Call Me By My True Names

Paula works, too.

I’m big on love in all its forms. It’s my guiding light and reason for being. This doesn’t mean I’m always loving, only that I strive to be that way.

My Thinking and Writing Style

On the Playground

What I most enjoy is hanging out in the gray areas of life. I mean those juicy places where different spheres of thought intersect in potentially exciting ways.

Let me give you a couple of examples from my days as an educator. I once mentored a master’s student who used her background in music to create a pronunciation lesson. The class (university-level English language learners) was preparing poetry presentations, and she taught them how to score their poems using musical notation. Students had fun and gave powerful recitations.

Another time, as a master’s student myself, I taught irregular French verbs using a fairy tale. I developed materials to guide students in retelling the story using the verbs they needed to learn.

These days, as a writer, I still find it thrilling to explore the gray areas. For me, these areas represent a playground teeming with connections and possibilities. Sometimes, I tend to linger on the playground a little too long. I thrive on divergent and lateral thinking but can feel daunted by the work required to make ideas converge on a point. Several drafts later, I usually get there.

Regulate, Regulate, Regulate

As a writer, I’m noticing a need to develop better cognitive and emotional self-regulation. My vital writing zone is not a place I’ve learned to enter at will. Inspiration and flow zoom in and out like the sun on some days.

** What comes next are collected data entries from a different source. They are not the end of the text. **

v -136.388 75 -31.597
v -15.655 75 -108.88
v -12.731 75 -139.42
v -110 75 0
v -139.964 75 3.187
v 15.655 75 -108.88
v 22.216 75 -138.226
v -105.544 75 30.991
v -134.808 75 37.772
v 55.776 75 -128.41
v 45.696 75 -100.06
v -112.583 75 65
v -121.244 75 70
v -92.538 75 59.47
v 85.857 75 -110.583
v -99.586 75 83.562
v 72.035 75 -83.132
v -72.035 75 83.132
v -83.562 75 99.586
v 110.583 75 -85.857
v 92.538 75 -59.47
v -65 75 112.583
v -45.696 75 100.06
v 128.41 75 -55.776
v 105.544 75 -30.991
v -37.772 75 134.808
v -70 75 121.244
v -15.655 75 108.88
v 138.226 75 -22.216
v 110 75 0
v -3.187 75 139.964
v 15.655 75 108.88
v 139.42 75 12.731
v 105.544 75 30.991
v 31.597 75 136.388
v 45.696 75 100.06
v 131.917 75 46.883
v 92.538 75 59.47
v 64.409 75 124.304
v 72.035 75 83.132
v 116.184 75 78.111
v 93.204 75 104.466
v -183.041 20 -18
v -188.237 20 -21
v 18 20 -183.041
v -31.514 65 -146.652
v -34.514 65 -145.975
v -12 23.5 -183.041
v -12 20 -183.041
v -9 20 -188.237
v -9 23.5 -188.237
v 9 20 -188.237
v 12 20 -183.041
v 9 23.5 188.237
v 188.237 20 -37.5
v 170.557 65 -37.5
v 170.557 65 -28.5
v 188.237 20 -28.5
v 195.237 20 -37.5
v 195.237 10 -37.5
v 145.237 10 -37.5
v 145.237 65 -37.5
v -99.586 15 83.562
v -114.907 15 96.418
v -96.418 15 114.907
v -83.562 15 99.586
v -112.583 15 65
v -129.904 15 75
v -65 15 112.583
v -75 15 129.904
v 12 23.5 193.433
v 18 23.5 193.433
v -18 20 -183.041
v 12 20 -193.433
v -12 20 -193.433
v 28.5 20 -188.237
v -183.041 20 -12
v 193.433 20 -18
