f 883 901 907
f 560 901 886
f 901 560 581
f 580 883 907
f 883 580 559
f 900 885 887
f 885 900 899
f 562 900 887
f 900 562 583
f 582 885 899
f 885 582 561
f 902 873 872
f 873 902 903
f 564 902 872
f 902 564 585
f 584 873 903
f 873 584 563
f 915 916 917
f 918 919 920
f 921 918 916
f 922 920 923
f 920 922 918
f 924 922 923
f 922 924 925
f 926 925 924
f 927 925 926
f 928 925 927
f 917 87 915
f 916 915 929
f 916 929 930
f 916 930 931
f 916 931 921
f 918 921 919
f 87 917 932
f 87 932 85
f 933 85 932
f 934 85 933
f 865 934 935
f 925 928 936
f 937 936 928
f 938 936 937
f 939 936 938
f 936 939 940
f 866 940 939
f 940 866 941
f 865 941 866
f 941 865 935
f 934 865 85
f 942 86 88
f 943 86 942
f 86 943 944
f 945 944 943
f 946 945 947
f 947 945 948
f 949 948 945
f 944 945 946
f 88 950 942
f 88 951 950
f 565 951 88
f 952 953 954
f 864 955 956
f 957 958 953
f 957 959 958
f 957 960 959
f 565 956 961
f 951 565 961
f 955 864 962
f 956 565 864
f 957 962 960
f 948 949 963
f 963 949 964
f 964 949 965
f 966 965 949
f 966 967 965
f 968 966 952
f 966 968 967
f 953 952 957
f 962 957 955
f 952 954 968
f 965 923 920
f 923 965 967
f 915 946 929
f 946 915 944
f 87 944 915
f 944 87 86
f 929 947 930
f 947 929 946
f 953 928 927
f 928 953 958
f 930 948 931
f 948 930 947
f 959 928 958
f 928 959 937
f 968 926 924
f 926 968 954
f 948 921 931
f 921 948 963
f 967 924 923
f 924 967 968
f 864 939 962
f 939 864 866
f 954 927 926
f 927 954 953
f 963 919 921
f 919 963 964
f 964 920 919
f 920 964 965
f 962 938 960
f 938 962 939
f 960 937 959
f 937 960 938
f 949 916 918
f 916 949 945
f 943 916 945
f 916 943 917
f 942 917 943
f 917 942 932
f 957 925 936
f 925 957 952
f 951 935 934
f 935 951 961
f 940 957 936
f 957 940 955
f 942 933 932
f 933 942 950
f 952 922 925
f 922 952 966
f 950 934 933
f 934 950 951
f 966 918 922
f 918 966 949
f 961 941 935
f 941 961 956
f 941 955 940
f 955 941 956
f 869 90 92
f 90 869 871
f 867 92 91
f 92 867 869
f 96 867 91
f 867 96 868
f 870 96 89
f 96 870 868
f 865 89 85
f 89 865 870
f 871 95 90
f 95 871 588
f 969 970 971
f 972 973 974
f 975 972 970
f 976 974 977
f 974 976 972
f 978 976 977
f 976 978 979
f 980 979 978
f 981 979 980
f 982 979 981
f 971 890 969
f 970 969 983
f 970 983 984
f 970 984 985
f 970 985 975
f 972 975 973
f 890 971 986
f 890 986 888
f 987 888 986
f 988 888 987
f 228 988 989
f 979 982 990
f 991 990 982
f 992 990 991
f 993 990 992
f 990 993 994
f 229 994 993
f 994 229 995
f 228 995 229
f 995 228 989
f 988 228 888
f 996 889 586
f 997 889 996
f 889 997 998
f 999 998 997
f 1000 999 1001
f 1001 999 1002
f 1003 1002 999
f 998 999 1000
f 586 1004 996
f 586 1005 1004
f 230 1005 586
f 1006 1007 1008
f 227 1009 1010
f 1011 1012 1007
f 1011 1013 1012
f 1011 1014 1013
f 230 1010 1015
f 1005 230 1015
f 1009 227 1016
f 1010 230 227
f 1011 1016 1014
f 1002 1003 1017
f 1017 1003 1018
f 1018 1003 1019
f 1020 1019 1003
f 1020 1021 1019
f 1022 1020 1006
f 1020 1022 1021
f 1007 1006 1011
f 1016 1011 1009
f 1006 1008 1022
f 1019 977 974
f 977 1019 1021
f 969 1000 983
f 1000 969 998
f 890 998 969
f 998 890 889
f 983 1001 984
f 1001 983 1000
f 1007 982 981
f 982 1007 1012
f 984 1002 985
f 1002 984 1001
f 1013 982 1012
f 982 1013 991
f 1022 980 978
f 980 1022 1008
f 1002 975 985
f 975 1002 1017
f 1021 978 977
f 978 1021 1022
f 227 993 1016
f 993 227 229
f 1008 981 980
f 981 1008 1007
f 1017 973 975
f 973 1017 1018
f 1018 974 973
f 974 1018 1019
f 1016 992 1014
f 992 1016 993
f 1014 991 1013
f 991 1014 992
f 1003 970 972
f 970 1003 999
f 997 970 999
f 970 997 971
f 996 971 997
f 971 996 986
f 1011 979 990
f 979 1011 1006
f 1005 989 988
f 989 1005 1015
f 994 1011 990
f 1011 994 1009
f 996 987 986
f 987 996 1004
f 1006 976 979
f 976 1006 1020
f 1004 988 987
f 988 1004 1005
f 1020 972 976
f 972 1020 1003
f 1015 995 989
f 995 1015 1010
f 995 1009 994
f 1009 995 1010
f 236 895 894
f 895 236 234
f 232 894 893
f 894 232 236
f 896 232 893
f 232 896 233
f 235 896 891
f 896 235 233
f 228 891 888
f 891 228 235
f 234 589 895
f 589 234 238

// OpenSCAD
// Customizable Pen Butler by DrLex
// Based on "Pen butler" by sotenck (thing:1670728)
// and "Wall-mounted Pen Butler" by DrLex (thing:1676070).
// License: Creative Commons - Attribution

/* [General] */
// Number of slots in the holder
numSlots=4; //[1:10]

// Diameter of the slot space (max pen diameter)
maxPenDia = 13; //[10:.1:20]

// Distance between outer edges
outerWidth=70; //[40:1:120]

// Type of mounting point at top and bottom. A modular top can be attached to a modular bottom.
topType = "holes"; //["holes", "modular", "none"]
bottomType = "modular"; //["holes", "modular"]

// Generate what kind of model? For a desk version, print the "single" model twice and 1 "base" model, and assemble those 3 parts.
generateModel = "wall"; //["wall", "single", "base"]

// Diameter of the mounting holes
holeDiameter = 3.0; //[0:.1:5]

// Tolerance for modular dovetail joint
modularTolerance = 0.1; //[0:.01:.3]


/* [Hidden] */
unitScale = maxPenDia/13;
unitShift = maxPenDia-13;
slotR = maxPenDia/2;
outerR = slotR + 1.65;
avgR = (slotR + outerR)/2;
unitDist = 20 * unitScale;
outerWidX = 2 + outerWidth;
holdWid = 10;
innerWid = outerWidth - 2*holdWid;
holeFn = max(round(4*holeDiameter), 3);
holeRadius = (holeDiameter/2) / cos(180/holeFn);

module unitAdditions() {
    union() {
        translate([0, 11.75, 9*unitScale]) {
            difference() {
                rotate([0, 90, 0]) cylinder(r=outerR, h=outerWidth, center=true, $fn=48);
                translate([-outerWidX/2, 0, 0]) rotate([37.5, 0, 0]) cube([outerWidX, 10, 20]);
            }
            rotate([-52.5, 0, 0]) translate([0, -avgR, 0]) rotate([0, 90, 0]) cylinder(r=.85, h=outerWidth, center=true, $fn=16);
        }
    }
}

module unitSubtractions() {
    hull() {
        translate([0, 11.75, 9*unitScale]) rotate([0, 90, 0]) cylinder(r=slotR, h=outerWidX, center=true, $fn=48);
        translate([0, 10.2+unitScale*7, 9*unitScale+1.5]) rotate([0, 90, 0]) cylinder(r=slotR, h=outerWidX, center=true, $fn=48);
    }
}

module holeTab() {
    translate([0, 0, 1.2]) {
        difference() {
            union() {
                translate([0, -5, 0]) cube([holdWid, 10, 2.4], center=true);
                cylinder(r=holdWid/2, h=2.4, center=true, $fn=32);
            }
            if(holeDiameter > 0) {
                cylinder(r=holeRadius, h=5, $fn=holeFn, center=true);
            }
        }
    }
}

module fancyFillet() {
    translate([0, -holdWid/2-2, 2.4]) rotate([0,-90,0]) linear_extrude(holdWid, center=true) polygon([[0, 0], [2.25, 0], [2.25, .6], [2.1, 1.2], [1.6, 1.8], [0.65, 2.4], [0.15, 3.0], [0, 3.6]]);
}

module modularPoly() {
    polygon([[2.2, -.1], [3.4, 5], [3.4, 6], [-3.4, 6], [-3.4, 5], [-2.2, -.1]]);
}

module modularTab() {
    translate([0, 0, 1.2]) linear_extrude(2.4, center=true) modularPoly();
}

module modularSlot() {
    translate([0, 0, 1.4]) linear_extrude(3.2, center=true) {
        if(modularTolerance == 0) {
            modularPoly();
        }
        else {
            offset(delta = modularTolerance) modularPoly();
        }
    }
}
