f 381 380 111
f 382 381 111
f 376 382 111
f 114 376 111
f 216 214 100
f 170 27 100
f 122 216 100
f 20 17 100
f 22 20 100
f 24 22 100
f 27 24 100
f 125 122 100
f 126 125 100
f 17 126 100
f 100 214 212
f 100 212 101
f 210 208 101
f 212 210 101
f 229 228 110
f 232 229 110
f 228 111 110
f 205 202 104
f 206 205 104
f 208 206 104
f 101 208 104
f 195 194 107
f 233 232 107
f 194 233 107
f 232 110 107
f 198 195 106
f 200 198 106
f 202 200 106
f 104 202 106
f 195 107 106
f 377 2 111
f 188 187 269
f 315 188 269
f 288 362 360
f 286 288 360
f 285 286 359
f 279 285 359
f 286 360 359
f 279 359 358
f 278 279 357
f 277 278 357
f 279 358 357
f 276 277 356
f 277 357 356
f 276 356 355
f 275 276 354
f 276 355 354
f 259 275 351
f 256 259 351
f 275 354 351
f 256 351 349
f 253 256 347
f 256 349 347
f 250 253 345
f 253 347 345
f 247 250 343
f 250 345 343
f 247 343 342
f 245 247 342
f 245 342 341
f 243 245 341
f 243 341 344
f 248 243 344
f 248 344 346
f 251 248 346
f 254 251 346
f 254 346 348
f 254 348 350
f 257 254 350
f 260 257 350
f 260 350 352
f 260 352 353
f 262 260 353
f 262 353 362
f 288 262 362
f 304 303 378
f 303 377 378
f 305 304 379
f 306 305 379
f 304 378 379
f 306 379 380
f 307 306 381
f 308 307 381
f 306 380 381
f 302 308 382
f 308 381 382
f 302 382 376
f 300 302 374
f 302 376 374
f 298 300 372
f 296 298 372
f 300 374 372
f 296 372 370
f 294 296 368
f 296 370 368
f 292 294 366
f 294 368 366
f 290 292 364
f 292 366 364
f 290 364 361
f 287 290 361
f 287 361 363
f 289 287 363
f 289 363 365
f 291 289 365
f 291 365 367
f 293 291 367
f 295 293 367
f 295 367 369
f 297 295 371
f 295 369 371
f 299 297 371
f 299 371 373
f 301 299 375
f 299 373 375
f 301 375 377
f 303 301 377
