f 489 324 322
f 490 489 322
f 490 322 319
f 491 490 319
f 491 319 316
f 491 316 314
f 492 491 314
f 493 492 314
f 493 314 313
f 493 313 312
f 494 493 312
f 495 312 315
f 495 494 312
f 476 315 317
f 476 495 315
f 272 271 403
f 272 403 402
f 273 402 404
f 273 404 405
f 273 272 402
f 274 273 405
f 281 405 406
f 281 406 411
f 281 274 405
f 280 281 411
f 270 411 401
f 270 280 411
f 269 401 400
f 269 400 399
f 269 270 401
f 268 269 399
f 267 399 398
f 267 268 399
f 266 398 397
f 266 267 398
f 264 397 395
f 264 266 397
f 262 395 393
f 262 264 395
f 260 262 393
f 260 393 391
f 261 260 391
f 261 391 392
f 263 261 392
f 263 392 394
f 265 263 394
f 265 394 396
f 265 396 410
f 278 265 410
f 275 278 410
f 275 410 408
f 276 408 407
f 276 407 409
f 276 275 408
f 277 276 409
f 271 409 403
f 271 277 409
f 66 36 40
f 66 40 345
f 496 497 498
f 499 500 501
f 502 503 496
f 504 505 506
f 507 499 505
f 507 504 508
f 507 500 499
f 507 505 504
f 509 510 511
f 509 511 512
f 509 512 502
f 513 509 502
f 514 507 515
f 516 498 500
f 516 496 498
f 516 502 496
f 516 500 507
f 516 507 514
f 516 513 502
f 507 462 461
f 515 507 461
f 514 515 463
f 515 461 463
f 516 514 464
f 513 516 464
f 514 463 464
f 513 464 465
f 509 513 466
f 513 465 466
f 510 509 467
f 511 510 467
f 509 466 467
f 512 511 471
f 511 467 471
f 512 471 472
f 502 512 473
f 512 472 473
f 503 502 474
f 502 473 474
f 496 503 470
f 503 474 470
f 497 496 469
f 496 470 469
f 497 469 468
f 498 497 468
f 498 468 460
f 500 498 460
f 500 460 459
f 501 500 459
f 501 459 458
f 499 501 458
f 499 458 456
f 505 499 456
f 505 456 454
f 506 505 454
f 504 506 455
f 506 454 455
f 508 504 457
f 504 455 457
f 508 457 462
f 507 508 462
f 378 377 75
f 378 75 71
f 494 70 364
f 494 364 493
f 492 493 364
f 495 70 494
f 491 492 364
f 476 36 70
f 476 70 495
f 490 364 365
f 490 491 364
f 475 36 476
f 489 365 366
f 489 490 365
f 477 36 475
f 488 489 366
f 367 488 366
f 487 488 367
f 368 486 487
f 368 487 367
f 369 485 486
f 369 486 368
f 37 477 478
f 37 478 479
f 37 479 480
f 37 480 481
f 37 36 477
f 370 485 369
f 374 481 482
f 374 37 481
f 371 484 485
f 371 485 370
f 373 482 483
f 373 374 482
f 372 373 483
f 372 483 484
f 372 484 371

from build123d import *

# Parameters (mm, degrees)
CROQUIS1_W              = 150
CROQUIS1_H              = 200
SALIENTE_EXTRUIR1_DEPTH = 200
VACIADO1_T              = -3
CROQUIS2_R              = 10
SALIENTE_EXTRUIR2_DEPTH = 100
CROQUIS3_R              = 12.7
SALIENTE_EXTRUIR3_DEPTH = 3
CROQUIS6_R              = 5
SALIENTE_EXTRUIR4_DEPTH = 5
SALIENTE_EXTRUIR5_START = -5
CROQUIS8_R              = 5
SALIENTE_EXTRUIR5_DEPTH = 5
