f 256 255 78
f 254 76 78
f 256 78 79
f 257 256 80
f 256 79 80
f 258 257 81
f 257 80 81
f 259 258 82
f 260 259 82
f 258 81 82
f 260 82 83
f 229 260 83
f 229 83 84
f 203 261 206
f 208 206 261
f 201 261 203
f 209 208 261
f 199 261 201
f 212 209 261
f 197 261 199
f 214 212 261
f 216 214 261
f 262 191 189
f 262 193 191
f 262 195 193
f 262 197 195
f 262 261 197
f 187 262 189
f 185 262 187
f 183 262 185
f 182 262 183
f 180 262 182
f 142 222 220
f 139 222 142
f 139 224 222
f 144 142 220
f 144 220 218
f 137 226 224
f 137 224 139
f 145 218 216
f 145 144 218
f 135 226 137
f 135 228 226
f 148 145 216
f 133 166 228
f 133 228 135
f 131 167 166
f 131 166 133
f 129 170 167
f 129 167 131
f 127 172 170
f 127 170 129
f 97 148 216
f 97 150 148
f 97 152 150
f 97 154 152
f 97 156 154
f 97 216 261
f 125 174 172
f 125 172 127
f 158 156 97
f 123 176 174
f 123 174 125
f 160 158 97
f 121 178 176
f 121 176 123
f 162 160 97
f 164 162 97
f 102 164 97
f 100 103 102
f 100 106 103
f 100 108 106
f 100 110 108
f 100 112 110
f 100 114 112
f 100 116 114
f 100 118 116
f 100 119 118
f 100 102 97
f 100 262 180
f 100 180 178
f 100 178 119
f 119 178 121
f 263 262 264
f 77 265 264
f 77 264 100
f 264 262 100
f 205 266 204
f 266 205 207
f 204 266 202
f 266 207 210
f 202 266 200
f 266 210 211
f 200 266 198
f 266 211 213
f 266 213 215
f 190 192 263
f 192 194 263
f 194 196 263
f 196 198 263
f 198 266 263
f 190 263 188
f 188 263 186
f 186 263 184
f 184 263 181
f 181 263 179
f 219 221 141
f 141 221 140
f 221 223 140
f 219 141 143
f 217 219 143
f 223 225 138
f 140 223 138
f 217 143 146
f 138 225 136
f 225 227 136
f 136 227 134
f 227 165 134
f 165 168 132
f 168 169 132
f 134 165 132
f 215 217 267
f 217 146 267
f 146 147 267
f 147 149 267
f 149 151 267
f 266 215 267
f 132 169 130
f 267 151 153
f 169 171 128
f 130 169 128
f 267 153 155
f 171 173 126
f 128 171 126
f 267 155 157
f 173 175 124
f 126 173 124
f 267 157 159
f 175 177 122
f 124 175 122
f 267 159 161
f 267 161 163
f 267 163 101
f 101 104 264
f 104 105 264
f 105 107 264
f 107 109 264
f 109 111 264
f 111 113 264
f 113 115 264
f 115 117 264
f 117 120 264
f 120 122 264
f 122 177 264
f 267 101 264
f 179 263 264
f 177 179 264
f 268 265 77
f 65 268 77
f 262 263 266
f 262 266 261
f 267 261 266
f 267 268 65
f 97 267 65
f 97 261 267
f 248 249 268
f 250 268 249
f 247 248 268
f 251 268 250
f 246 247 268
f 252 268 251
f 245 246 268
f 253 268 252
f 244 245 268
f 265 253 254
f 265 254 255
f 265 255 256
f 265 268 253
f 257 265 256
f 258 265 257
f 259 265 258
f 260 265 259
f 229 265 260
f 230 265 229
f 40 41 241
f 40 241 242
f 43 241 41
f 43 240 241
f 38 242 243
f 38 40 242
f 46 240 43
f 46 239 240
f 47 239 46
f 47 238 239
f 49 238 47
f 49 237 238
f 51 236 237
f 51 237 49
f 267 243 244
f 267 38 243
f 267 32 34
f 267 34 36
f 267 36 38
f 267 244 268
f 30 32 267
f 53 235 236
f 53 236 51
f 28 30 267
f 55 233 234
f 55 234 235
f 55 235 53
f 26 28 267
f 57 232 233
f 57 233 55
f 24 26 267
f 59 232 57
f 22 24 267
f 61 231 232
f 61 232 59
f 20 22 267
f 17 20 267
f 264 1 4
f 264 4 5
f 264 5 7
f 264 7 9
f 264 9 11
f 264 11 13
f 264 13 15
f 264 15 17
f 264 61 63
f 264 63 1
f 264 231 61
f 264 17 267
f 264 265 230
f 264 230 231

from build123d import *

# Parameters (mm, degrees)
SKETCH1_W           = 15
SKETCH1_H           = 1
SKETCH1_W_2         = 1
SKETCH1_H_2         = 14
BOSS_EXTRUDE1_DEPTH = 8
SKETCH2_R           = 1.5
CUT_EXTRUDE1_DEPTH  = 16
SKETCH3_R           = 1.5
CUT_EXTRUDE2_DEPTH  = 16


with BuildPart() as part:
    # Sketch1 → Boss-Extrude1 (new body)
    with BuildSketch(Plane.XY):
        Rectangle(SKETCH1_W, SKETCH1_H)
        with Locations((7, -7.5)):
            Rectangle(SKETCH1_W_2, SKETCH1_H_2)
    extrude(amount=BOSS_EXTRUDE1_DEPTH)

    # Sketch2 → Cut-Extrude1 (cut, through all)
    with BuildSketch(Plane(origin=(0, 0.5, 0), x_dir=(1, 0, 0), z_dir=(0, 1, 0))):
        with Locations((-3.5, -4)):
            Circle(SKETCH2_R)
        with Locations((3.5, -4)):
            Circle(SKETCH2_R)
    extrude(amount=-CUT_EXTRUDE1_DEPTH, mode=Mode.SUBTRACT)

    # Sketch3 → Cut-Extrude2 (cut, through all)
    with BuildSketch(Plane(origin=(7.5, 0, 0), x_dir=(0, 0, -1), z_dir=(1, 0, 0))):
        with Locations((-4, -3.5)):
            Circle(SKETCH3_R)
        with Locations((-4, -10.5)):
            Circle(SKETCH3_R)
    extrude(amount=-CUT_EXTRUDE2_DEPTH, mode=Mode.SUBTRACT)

I remember reading Mary Oliver’s thoughts years ago about establishing a regular writing schedule. She uses a Shakespearean metaphor as a vehicle for her advice. She likens the poet to Romeo, inspiration to Juliette, and their rendezvous points as the fertile ground where poems are born. Exciting things happen only if the lovers keep their promises to meet. I need to develop a writing schedule.

If you’ve never read A Poetry Handbook, you can read the excerpt I’m referring to here (pp. 7–8).

Stepping out of the zone — away from my computer — is also a problem. When I do buckle down to writing, it’s hard to stop. I feel like someone with a gambling addiction who can’t leave the poker table.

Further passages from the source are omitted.